Assuming V = your chosen valuation amount, then you could either:

1) Your new partner gives you 1/3 x V, which you split with your existing partner 50-50
2) You new partner injects 1/3 x V cash into the company's accounts

Out of curiousity what city are you buying the rentals?


----------



## Charlie (May 20, 2011)

Since they're buying and renting homes, this is more of a real estate deal than an active business.

So figure the value is the equity in the properties -- $120K (easier math than $123K).

New guy would either give each of the old partners $20K so that they each have $40K still invested (total $120K still in business). (gt's 1/3 x V)

Or...if old partners leave money in...then he has to anti up $60K so that each of the three have $60K invested (total $180K). (need to up to 1/2 x V since new guy gets 1/3 of the added capital).

Then they figure a way to compensate whomever is doing the maintenance and rent-up.


----------



## nobleea (Oct 11, 2013)

Why not have 3 people on title for any new properties with everything split three ways, and keep the original 3 houses between you and Greg? Then you're all on a level playing field.


----------



## hystat (Jun 18, 2010)

nobleea said:


> Why not have 3 people on title for any new properties with everything split three ways, and keep the original 3 houses between you and Greg? Then you're all on a level playing field.


yep. or just forget it. 
This 3rd person can never be an equal partner because he's getting into an idea that wasn't his. The original risk the two of you took is what paid off and laid a foundation.


----------



## rikk (May 28, 2012)

^ Starting a business, making it successful, then selling at a profit is what it's all about. If it were me, I'd determine what me and the partner feel the business is currently worth (to the interested third party ... maybe he's looking to make 5%, 10%, ... per year, who knows), consider the "offer", then each sell 1/3 to the 3rd guy ... if that's the split in mind. As to where the money goes (divvy up and declare the income, put into the business, ... ), an accountant can advise on that and the lawyer takes care of the details ... my opinion.


----------



## rsyl (Aug 15, 2014)

I would consider doing the following (keep in mind this is my 2 second thought, so obviously take it with a grain of salt and do more research as you are already)

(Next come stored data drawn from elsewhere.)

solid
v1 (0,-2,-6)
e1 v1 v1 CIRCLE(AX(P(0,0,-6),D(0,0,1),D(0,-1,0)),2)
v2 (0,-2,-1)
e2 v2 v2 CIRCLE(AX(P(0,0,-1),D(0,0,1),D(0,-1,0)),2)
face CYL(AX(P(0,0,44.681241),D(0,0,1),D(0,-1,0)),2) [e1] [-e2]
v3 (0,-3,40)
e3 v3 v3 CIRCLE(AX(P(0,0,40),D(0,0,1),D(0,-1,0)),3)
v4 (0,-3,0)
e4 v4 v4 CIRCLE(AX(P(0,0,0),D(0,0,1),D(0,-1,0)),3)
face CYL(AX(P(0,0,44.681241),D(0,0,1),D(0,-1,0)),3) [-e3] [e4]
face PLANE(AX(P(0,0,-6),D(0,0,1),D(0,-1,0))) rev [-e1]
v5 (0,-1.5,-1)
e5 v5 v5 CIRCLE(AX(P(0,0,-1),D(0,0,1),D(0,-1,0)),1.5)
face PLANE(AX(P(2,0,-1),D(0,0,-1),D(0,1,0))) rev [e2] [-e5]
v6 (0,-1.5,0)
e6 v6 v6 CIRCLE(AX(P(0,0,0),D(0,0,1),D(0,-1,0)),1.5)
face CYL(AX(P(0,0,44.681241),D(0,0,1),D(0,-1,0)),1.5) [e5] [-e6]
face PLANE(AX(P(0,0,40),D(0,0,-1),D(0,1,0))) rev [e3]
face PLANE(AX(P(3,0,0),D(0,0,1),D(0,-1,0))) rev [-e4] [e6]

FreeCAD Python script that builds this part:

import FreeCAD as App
import Part
import Sketcher

V = App.Vector
Q = App.Units.Quantity


def add_polygon(sketch, points):
    """Adds a closed chain of lines whose ends are joined by coincident constraints."""
    first, n = sketch.GeometryCount, len(points)
    for a, b in zip(points, points[1:] + points[:1]):
        sketch.addGeometry(Part.LineSegment(App.Vector(*a, 0), App.Vector(*b, 0)), False)
    for i in range(n):
        sketch.addConstraint(Sketcher.Constraint("Coincident", first + i, 2, first + (i + 1) % n, 1))

doc = App.newDocument("Part")
body = doc.addObject("PartDesign::Body", "Body")

# Sketch on XZ plane
sketch1 = doc.addObject("Sketcher::SketchObject", "Sketch")
body.addObject(sketch1)
sketch1.AttachmentSupport = (doc.XZ_Plane, [""])
sketch1.MapMode = "FlatFace"
add_polygon(sketch1, [(3, 40), (0, 40), (0, -6), (2, -6), (2, -1), (1.5, -1), (1.5, 0), (3, 0)])  # lines 0-7
sketch1.addConstraint([
    Sketcher.Constraint("Horizontal", 0),
    Sketcher.Constraint("Vertical", 1),
    Sketcher.Constraint("Horizontal", 2),
    Sketcher.Constraint("Vertical", 3),
    Sketcher.Constraint("Horizontal", 4),
    Sketcher.Constraint("Vertical", 5),
    Sketcher.Constraint("Horizontal", 6),
    Sketcher.Constraint("Vertical", 7),
    Sketcher.Constraint("PointOnObject", 0, 2, -2),
    Sketcher.Constraint("PointOnObject", 5, 2, -1),
    Sketcher.Constraint("DistanceX", 0, 2, 0, 1, Q("3 mm")),
    Sketcher.Constraint("DistanceX", 2, 1, 2, 2, Q("2 mm")),
    Sketcher.Constraint("DistanceY", 1, 2, 1, 1, Q("46 mm")),
    Sketcher.Constraint("DistanceY", 3, 1, 3, 2, Q("5 mm")),
    Sketcher.Constraint("DistanceY", 5, 1, 5, 2, Q("1 mm")),
    Sketcher.Constraint("DistanceX", 4, 2, 4, 1, Q("0.5 mm")),
])
revolution = doc.addObject("PartDesign::Revolution", "Revolution")
body.addObject(revolution)
revolution.Profile = sketch1
revolution.ReferenceAxis = (sketch1, ["V_Axis"])
revolution.Angle = 360

doc.recompute()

1) Consider the cost to buy you and Greg out completely. If you were to sell the whole operation how much could the two of you pull out of the company? This should be your starting point.

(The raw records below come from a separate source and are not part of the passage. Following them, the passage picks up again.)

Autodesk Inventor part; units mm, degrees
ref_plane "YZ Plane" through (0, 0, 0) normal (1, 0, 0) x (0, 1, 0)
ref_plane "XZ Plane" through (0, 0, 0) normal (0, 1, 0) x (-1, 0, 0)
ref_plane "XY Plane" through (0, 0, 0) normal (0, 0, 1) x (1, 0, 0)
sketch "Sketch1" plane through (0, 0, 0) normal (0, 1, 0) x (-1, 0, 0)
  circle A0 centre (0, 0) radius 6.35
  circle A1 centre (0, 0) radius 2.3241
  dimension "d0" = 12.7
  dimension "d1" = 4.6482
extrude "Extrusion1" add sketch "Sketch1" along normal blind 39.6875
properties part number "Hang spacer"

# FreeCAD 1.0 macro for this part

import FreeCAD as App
import Part
import Sketcher

V = App.Vector
Q = App.Units.Quantity

doc = App.newDocument("Part")
body = doc.addObject("PartDesign::Body", "Body")

# Sketch on XZ plane
sketch1 = body.newObject("Sketcher::SketchObject", "Sketch")
sketch1.AttachmentSupport = (doc.getObject("XZ_Plane"), [""])
sketch1.MapMode = "FlatFace"
sketch1.addGeometry([
    Part.Circle(V(0, 0, 0), V(0, 0, 1), 6.35),
    Part.Circle(V(0, 0, 0), V(0, 0, 1), 2.3241),
], False)
sketch1.addConstraint([
    Sketcher.Constraint("Coincident", 0, 3, -1, 1),
    Sketcher.Constraint("Coincident", 1, 3, -1, 1),
    Sketcher.Constraint("Diameter", 0, Q("0.5 in")),
    Sketcher.Constraint("Diameter", 1, Q("0.183 in")),
])
pad1 = body.newObject("PartDesign::Pad", "Pad")
pad1.Profile = sketch1
pad1.Length = Q("1.5625 in")
pad1.Reversed = True

doc.recompute()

Say this number was $123,000 (assuming your valuations are correct) plus a % of the earnings being generated (depending where you are operating), what I mean by this is the annual revenue is less important than the difficulty in reproducing it. If there are properties everywhere in town you can make similar revenue than it's less valuable. If there are no properties that can make that kind of ROI than it is more valuable.

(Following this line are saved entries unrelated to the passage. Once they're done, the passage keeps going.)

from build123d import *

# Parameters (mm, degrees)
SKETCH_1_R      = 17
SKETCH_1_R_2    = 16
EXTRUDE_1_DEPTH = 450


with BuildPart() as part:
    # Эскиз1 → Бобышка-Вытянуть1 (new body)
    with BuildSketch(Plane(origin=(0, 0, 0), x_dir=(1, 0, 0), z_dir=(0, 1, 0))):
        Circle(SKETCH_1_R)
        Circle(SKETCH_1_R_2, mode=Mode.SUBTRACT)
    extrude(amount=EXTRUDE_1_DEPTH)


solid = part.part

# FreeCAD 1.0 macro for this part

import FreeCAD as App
import Part
import Sketcher

doc = App.newDocument("Part")
body = doc.addObject("PartDesign::Body", "Body")

sketch1 = body.newObject("Sketcher::SketchObject", "Sketch")
sketch1.AttachmentSupport = (doc.getObject("XZ_Plane"), [""])
sketch1.MapMode = "FlatFace"
sketch1.addGeometry(Part.Circle(App.Vector(0, 0, 0), App.Vector(0, 0, 1), 17), False)
sketch1.addGeometry(Part.Circle(App.Vector(0, 0, 0), App.Vector(0, 0, 1), 16), False)
sketch1.addConstraint(Sketcher.Constraint("Coincident", 0, 3, -1, 1))
sketch1.addConstraint(Sketcher.Constraint("Coincident", 1, 3, -1, 1))
sketch1.addConstraint(Sketcher.Constraint("Diameter", 0, 34.0))
sketch1.addConstraint(Sketcher.Constraint("Diameter", 1, 32.0))
pad1 = body.newObject("PartDesign::Pad", "Pad")
pad1.Profile = sketch1
pad1.Length = 450
pad1.Reversed = True

doc.recompute()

So on paper you would sell your company in its entirety splitting the proceeds, say $150,000 (this would not be the actual number) you would each extract $75,000 from the company. then each of you would have to re-invest $50,000 including the new third party.

Once you come up with that number, you have the friend pay you that amount, not a penny less. (in this case $50,000 which you would split 25,000 each) or of course you could have him add his 50,000 towards a 4th property

The amount of work you put into renovations is irrelevant, that went into increasing the value of the house and/or annual rent which is already calculated above.

Caveat, don't forget about the tax man, if you do sell 1/3rd of the company I presume you will have to pay tax on that money this year, I don't know...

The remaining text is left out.